Exercise:
Read the records below. Copy each line where the string "BuildSketch" occurs.

Excerpted records:
►

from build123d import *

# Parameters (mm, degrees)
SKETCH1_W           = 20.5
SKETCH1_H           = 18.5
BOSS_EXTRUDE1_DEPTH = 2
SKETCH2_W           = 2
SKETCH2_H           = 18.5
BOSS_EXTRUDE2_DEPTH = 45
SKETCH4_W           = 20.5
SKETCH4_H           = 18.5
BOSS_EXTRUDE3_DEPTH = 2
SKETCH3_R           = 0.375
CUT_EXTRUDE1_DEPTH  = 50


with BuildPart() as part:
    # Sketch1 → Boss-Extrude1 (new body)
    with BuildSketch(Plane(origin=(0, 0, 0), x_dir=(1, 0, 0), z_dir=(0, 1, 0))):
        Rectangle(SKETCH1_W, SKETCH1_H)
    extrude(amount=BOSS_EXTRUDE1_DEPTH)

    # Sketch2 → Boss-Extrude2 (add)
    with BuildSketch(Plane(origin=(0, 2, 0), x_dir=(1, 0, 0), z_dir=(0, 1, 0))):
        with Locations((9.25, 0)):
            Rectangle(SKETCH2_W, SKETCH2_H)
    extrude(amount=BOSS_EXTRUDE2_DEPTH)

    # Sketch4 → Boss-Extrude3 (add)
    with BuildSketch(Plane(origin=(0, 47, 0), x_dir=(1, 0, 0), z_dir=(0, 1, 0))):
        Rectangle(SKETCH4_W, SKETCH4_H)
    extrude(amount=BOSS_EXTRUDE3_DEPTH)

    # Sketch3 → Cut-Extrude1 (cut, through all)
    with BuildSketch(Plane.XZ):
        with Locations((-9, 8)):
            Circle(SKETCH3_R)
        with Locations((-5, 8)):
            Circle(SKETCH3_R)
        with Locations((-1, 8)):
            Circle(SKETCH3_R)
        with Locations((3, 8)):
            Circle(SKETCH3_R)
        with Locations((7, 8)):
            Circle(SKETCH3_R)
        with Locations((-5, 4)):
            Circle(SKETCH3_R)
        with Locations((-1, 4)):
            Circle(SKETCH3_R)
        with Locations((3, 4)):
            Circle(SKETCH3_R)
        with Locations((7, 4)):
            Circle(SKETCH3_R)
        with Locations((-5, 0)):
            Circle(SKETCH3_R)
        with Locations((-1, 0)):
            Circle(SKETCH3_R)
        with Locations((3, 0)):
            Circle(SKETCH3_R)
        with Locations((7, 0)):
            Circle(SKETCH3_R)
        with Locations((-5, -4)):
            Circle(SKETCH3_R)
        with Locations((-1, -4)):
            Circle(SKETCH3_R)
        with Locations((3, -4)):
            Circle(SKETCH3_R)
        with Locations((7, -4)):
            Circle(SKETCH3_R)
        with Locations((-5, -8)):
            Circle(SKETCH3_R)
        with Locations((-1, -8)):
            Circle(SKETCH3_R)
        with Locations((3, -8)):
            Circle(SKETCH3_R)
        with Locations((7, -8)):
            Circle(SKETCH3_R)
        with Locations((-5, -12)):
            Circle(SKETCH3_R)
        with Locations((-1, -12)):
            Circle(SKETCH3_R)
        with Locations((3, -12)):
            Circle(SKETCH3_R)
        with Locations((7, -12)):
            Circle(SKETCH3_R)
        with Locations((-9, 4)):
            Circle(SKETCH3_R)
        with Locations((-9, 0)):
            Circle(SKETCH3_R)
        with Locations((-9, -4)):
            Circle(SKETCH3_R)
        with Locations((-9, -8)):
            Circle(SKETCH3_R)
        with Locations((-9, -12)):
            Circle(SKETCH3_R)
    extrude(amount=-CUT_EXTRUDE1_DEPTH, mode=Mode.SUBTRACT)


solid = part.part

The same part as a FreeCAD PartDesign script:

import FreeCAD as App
import Part
import Sketcher
from FreeCAD import Vector

doc = App.newDocument("Part")
params = doc.addObject("Spreadsheet::Sheet", "Params")
for row, (alias, value) in enumerate([
    ("sketch1_width", "20.5 mm"),
    ("sketch1_height", "18.5 mm"),
    ("pad1_length", "2 mm"),
    ("sketch2_width", "2 mm"),
    ("sketch2_height", "18.5 mm"),
    ("pad2_length", "45 mm"),
    ("sketch3_width", "20.5 mm"),
    ("sketch3_height", "18.5 mm"),
    ("pad3_length", "2 mm"),
    ("sketch4_diameter", "0.75 mm"),
], start=1):
    params.set(f"A{row}", alias)
    params.set(f"B{row}", "=" + value)
    params.setAlias(f"B{row}", alias)

body = doc.addObject("PartDesign::Body", "Body")

sketch1 = doc.addObject("Sketcher::SketchObject", "Sketch")
body.addObject(sketch1)
sketch1.AttachmentSupport = (doc.XZ_Plane, [""])
sketch1.MapMode = "FlatFace"
sketch1.addGeometry([
    Part.LineSegment(Vector(-10.25, -9.25, 0), Vector(-10.25, 9.25, 0)),
    Part.LineSegment(Vector(-10.25, 9.25, 0), Vector(10.25, 9.25, 0)),
    Part.LineSegment(Vector(10.25, 9.25, 0), Vector(10.25, -9.25, 0)),
    Part.LineSegment(Vector(10.25, -9.25, 0), Vector(-10.25, -9.25, 0)),
], False)
sketch1.addConstraint([
    Sketcher.Constraint("Coincident", 0, 2, 1, 1),
    Sketcher.Constraint("Coincident", 1, 2, 2, 1),
    Sketcher.Constraint("Coincident", 2, 2, 3, 1),
    Sketcher.Constraint("Coincident", 3, 2, 0, 1),
    Sketcher.Constraint("Vertical", 0),
    Sketcher.Constraint("Horizontal", 1),
    Sketcher.Constraint("Vertical", 2),
    Sketcher.Constraint("Horizontal", 3),
    Sketcher.Constraint("Symmetric", 0, 2, 2, 2, -1, 1),
    Sketcher.Constraint("DistanceX", 1, 1, 1, 2, 20.5),
    Sketcher.Constraint("DistanceY", 0, 1, 0, 2, 18.5),
])
sketch1.setExpression("Constraints[9]", "Params.sketch1_width")
sketch1.setExpression("Constraints[10]", "Params.sketch1_height")
pad1 = doc.addObject("PartDesign::Pad", "Pad")
body.addObject(pad1)
pad1.Profile = sketch1
pad1.setExpression("Length", "Params.pad1_length")
pad1.Reversed = True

◄

Output for this task:
    with BuildSketch(Plane(origin=(0, 0, 0), x_dir=(1, 0, 0), z_dir=(0, 1, 0))):
    with BuildSketch(Plane(origin=(0, 2, 0), x_dir=(1, 0, 0), z_dir=(0, 1, 0))):
    with BuildSketch(Plane(origin=(0, 47, 0), x_dir=(1, 0, 0), z_dir=(0, 1, 0))):
    with BuildSketch(Plane.XZ):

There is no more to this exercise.